▸ WORK INSTRUCTIONS
Check every line of the data below for "VECTOR". Copy each one that has it.

DATA PROVIDED START

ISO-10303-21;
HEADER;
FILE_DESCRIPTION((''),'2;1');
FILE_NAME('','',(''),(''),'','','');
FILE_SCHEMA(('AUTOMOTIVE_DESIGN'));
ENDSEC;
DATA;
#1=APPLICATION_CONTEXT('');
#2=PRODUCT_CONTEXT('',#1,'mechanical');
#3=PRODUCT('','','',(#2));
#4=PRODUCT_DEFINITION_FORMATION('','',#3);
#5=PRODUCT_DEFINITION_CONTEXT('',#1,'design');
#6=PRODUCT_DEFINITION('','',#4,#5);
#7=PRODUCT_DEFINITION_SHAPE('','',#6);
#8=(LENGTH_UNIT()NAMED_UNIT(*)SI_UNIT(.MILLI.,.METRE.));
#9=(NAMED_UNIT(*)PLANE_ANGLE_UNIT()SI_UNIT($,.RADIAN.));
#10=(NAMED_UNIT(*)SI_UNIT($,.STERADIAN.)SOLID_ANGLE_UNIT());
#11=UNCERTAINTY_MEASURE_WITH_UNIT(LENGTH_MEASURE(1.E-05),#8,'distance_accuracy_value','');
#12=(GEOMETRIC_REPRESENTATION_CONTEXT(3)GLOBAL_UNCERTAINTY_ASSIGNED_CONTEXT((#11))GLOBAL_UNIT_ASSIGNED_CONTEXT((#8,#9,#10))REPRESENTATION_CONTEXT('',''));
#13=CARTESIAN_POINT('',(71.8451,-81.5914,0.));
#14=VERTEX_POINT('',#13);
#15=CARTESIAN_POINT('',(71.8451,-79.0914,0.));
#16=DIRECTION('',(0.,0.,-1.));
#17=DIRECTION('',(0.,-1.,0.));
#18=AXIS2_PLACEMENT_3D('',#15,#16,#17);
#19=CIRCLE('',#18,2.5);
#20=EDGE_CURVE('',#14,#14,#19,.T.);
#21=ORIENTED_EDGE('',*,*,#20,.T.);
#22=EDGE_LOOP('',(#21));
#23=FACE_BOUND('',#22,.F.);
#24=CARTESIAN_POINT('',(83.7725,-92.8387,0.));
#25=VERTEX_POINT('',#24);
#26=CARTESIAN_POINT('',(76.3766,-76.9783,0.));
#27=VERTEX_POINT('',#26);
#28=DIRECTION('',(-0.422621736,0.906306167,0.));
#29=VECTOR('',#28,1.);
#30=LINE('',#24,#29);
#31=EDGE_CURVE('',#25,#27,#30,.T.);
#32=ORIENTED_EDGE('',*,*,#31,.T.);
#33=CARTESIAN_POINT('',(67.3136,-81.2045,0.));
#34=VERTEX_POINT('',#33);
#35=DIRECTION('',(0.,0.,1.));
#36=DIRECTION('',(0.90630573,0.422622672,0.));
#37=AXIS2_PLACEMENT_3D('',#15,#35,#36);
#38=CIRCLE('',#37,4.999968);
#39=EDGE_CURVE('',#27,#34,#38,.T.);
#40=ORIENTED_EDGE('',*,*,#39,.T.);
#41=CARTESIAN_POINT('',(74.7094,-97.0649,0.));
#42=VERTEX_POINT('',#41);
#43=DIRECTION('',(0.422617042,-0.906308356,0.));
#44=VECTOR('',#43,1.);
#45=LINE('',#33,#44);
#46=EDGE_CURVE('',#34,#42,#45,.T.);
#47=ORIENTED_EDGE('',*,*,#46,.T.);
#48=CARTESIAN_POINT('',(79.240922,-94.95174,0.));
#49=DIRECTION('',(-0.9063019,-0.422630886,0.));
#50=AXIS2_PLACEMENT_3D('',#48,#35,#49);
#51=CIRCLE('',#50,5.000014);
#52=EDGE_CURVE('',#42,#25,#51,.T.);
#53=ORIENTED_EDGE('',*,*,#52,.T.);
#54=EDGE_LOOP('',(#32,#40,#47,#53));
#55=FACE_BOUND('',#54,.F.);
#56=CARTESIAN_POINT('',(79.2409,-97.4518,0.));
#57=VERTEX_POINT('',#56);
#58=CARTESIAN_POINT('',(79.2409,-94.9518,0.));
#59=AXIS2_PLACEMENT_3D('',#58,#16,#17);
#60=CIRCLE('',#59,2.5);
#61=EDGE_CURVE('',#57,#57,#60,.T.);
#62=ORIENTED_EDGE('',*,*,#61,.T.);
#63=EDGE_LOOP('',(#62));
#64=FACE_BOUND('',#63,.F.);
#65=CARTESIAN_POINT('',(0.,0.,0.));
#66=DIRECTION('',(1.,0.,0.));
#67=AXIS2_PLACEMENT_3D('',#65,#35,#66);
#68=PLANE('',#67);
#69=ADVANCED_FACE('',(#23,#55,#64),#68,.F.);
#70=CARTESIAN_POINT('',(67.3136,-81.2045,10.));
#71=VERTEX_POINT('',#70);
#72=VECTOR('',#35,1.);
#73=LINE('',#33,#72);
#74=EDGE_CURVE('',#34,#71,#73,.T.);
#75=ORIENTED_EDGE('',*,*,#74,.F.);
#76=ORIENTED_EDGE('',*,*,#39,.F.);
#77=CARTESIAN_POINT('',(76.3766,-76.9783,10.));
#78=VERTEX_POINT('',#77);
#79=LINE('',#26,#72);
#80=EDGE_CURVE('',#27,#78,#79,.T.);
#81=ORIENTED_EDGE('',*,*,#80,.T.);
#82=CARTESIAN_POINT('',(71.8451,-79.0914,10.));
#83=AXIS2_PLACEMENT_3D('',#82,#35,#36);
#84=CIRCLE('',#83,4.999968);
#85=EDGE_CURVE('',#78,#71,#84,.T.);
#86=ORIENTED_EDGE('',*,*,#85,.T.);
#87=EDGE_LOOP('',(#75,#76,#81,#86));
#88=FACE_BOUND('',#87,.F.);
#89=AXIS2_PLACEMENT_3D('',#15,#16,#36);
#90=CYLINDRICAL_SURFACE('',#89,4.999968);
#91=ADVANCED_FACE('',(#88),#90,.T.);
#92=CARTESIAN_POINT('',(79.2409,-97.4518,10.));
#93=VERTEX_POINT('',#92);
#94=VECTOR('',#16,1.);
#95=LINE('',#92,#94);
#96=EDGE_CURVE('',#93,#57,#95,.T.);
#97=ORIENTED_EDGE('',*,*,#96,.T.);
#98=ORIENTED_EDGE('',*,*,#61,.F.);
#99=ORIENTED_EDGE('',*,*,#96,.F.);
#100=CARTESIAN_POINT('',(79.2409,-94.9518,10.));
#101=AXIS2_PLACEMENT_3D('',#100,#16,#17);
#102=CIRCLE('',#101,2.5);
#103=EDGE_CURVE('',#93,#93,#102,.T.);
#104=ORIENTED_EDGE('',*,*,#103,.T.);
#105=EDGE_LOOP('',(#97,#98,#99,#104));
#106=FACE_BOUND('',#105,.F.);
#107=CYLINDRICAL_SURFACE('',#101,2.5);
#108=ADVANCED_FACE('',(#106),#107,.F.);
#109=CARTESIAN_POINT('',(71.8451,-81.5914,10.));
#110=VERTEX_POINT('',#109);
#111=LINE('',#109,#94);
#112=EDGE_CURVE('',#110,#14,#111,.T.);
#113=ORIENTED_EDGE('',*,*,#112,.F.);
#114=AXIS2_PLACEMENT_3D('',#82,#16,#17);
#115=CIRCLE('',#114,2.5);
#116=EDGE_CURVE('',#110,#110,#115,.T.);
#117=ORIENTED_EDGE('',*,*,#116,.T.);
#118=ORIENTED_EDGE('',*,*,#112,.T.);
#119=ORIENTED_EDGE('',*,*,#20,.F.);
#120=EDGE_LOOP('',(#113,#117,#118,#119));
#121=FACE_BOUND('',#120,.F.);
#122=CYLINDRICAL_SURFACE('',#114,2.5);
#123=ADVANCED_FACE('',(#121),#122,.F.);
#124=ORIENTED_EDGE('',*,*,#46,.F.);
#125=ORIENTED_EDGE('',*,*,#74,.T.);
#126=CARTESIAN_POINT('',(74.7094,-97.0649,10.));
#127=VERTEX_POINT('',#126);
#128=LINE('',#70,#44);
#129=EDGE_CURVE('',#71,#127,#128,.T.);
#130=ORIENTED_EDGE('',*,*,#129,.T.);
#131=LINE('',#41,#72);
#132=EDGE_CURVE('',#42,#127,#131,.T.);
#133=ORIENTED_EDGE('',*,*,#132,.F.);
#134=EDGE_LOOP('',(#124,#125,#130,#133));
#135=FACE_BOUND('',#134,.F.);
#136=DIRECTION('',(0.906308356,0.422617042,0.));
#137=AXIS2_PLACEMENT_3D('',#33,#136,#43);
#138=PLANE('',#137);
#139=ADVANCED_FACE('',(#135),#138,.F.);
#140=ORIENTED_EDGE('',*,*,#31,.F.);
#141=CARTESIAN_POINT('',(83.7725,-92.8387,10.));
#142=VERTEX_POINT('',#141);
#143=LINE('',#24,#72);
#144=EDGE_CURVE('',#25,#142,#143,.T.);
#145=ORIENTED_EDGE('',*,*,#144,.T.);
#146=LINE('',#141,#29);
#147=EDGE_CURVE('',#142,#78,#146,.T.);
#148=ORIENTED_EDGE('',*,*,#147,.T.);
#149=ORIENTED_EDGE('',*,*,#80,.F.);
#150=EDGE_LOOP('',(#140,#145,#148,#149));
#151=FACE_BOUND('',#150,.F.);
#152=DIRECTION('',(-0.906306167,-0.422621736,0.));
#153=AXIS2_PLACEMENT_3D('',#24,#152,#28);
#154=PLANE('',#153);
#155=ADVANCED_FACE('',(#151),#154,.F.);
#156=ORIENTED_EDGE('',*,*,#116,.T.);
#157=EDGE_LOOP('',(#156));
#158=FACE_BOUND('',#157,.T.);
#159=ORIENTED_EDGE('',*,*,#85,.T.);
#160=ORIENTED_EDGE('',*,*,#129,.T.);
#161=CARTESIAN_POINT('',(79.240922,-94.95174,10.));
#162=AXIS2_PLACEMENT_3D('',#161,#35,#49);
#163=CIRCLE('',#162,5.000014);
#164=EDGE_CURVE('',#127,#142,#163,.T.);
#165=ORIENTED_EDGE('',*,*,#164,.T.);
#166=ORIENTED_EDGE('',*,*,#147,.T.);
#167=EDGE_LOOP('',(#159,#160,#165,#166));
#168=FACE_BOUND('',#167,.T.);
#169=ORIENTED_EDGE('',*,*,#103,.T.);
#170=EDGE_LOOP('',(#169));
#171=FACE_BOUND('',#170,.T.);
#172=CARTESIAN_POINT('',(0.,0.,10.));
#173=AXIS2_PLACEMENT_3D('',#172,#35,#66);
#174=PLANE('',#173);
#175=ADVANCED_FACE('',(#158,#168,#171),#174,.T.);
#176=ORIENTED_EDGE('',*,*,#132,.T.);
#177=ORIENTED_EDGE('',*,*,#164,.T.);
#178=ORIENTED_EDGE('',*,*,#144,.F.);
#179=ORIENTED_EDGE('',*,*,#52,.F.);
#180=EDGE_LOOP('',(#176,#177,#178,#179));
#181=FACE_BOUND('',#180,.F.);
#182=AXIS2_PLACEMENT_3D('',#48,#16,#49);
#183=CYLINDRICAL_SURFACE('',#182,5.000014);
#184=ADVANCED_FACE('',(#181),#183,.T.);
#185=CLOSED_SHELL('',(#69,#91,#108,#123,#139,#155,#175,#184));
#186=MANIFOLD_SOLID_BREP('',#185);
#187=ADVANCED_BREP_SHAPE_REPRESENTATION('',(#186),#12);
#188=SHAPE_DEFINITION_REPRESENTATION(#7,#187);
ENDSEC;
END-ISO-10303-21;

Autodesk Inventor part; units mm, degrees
ref_plane "YZ Plane" through (0, 0, 0) normal (1, 0, 0) x (0, 1, 0)
ref_plane "XZ Plane" through (0, 0, 0) normal (0, 1, 0) x (-1, 0, 0)
ref_plane "XY Plane" through (0, 0, 0) normal (0, 0, 1) x (1, 0, 0)
sketch "Sketch3" plane through (0, 0, 0) normal (0, 0, 1) x (1, 0, 0)
  line L0 (71.8451, -79.0914) -> (79.2409, -94.9518) construction
  line L1 (67.3136, -81.2045) -> (74.7094, -97.0649)
  line L2 (83.7725, -92.8387) -> (76.3766, -76.9783)
  arc A0 (76.3766, -76.9783) -> (67.3136, -81.2045) centre (71.8451, -79.0914) ccw
  arc A1 (74.7094, -97.0649) -> (83.7725, -92.8387) centre (79.2409, -94.9518) ccw
  line L3 (79.2409, -94.9518) -> (71.8451, -79.0914)
  point P0 (0, 0)
  point P1 (75.543, -87.0216)
  dimension "d16" = 10
extrude "Extrusion2" add sketch "Sketch3" along normal blind 10
sketch "Sketch4" plane through (0, 0, 10) normal (0, 0, 1) x (1, 0, 0)
  line L0 (67.3136, -81.2045) -> (74.7094, -97.0649) projected
  arc A0 (74.7094, -97.0649) -> (83.7725, -92.8387) centre (79.2409, -94.9518) ccw projected
  line L1 (83.7725, -92.8387) -> (76.3766, -76.9783) projected
  arc A1 (76.3766, -76.9783) -> (67.3136, -81.2045) centre (71.8451, -79.0914) ccw projected
  point P0 (0, 0)
hole "Hole1" at (71.8451, -79.0914, 10) at (79.2409, -94.9518, 10) direction (0, 0, -1) diameter 5 end through all
properties part number "avstandsstykke"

DATA PROVIDED END

▸ RESPONSE TO THIS EXERCISE
#29=VECTOR('',#28,1.);
#44=VECTOR('',#43,1.);
#72=VECTOR('',#35,1.);
#94=VECTOR('',#16,1.);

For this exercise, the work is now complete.